WHAT NEEDS TO BE DONE:
Reproduce the entries exactly.

----- ENTRIES SHOWN -----

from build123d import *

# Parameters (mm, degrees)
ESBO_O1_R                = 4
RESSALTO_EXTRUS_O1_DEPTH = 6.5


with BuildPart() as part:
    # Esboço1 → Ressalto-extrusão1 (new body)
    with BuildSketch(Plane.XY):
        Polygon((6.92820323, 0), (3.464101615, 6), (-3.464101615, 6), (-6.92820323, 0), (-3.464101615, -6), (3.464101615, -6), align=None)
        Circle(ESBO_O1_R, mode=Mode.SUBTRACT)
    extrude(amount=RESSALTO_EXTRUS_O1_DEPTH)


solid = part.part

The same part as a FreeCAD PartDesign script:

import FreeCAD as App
import Part
import Sketcher
Q = App.Units.Quantity

doc = App.newDocument("Part")
body = doc.addObject("PartDesign::Body", "Body")

# Sketch on XY plane
sketch1 = doc.addObject("Sketcher::SketchObject", "Sketch")
body.addObject(sketch1)
sketch1.AttachmentSupport = (doc.XY_Plane, [""])
sketch1.MapMode = "FlatFace"
sketch1.addGeometry(Part.LineSegment(App.Vector(6.9, 0, 0), App.Vector(3.5, 6, 0)), False)
sketch1.addGeometry(Part.LineSegment(App.Vector(3.5, 6, 0), App.Vector(-3.5, 6, 0)), False)
sketch1.addGeometry(Part.LineSegment(App.Vector(-3.5, 6, 0), App.Vector(-6.9, 0, 0)), False)
sketch1.addGeometry(Part.LineSegment(App.Vector(-6.9, 0, 0), App.Vector(-3.5, -6, 0)), False)
sketch1.addGeometry(Part.LineSegment(App.Vector(-3.5, -6, 0), App.Vector(3.5, -6, 0)), False)
sketch1.addGeometry(Part.LineSegment(App.Vector(3.5, -6, 0), App.Vector(6.9, 0, 0)), False)
sketch1.addGeometry(Part.Circle(App.Vector(0, 0, 0), App.Vector(0, 0, 1), 4), False)
sketch1.addConstraint(Sketcher.Constraint("Coincident", 0, 2, 1, 1))
sketch1.addConstraint(Sketcher.Constraint("Coincident", 1, 2, 2, 1))
sketch1.addConstraint(Sketcher.Constraint("Coincident", 2, 2, 3, 1))
sketch1.addConstraint(Sketcher.Constraint("Coincident", 3, 2, 4, 1))
sketch1.addConstraint(Sketcher.Constraint("Coincident", 4, 2, 5, 1))
sketch1.addConstraint(Sketcher.Constraint("Coincident", 5, 2, 0, 1))
sketch1.addConstraint(Sketcher.Constraint("Horizontal", 1))
sketch1.addConstraint(Sketcher.Constraint("Horizontal", 4))
sketch1.addConstraint(Sketcher.Constraint("Coincident", 6, 3, -1, 1))
sketch1.addConstraint(Sketcher.Constraint("Symmetric", 0, 2, 3, 2, -1, 1))
sketch1.addConstraint(Sketcher.Constraint("Symmetric", 2, 2, 5, 2, -1, 1))
sketch1.addConstraint(Sketcher.Constraint("PointOnObject", 2, 2, -1))
sketch1.addConstraint(Sketcher.Constraint("Parallel", 2, 5))
sketch1.addConstraint(Sketcher.Constraint("Vertical", 1, 2, 3, 2))
sketch1.addConstraint(Sketcher.Constraint("Diameter", 6, 8.0))
sketch1.addConstraint(Sketcher.Constraint("Angle", 0, Q("120 deg")))
sketch1.addConstraint(Sketcher.Constraint("DistanceY", -1, 1, 0, 2, 6.0))
sketch1.addConstraint(Sketcher.Constraint("DistanceX", -1, 1, 0, 2, 3.464102))
pad1 = doc.addObject("PartDesign::Pad", "Pad")
body.addObject(pad1)
pad1.Profile = sketch1
pad1.Length = 6.5

doc.recompute()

-----

RESULT OF THIS EXERCISE:
from build123d import *

# Parameters (mm, degrees)
ESBO_O1_R                = 4
RESSALTO_EXTRUS_O1_DEPTH = 6.5


with BuildPart() as part:
    # Esboço1 → Ressalto-extrusão1 (new body)
    with BuildSketch(Plane.XY):
        Polygon((6.92820323, 0), (3.464101615, 6), (-3.464101615, 6), (-6.92820323, 0), (-3.464101615, -6), (3.464101615, -6), align=None)
        Circle(ESBO_O1_R, mode=Mode.SUBTRACT)
    extrude(amount=RESSALTO_EXTRUS_O1_DEPTH)


solid = part.part

The same part as a FreeCAD PartDesign script:

import FreeCAD as App
import Part
import Sketcher
Q = App.Units.Quantity

doc = App.newDocument("Part")
body = doc.addObject("PartDesign::Body", "Body")

# Sketch on XY plane
sketch1 = doc.addObject("Sketcher::SketchObject", "Sketch")
body.addObject(sketch1)
sketch1.AttachmentSupport = (doc.XY_Plane, [""])
sketch1.MapMode = "FlatFace"
sketch1.addGeometry(Part.LineSegment(App.Vector(6.9, 0, 0), App.Vector(3.5, 6, 0)), False)
sketch1.addGeometry(Part.LineSegment(App.Vector(3.5, 6, 0), App.Vector(-3.5, 6, 0)), False)
sketch1.addGeometry(Part.LineSegment(App.Vector(-3.5, 6, 0), App.Vector(-6.9, 0, 0)), False)
sketch1.addGeometry(Part.LineSegment(App.Vector(-6.9, 0, 0), App.Vector(-3.5, -6, 0)), False)
sketch1.addGeometry(Part.LineSegment(App.Vector(-3.5, -6, 0), App.Vector(3.5, -6, 0)), False)
sketch1.addGeometry(Part.LineSegment(App.Vector(3.5, -6, 0), App.Vector(6.9, 0, 0)), False)
sketch1.addGeometry(Part.Circle(App.Vector(0, 0, 0), App.Vector(0, 0, 1), 4), False)
sketch1.addConstraint(Sketcher.Constraint("Coincident", 0, 2, 1, 1))
sketch1.addConstraint(Sketcher.Constraint("Coincident", 1, 2, 2, 1))
sketch1.addConstraint(Sketcher.Constraint("Coincident", 2, 2, 3, 1))
sketch1.addConstraint(Sketcher.Constraint("Coincident", 3, 2, 4, 1))
sketch1.addConstraint(Sketcher.Constraint("Coincident", 4, 2, 5, 1))
sketch1.addConstraint(Sketcher.Constraint("Coincident", 5, 2, 0, 1))
sketch1.addConstraint(Sketcher.Constraint("Horizontal", 1))
sketch1.addConstraint(Sketcher.Constraint("Horizontal", 4))
sketch1.addConstraint(Sketcher.Constraint("Coincident", 6, 3, -1, 1))
sketch1.addConstraint(Sketcher.Constraint("Symmetric", 0, 2, 3, 2, -1, 1))
sketch1.addConstraint(Sketcher.Constraint("Symmetric", 2, 2, 5, 2, -1, 1))
sketch1.addConstraint(Sketcher.Constraint("PointOnObject", 2, 2, -1))
sketch1.addConstraint(Sketcher.Constraint("Parallel", 2, 5))
sketch1.addConstraint(Sketcher.Constraint("Vertical", 1, 2, 3, 2))
sketch1.addConstraint(Sketcher.Constraint("Diameter", 6, 8.0))
sketch1.addConstraint(Sketcher.Constraint("Angle", 0, Q("120 deg")))
sketch1.addConstraint(Sketcher.Constraint("DistanceY", -1, 1, 0, 2, 6.0))
sketch1.addConstraint(Sketcher.Constraint("DistanceX", -1, 1, 0, 2, 3.464102))
pad1 = doc.addObject("PartDesign::Pad", "Pad")
body.addObject(pad1)
pad1.Profile = sketch1
pad1.Length = 6.5

doc.recompute()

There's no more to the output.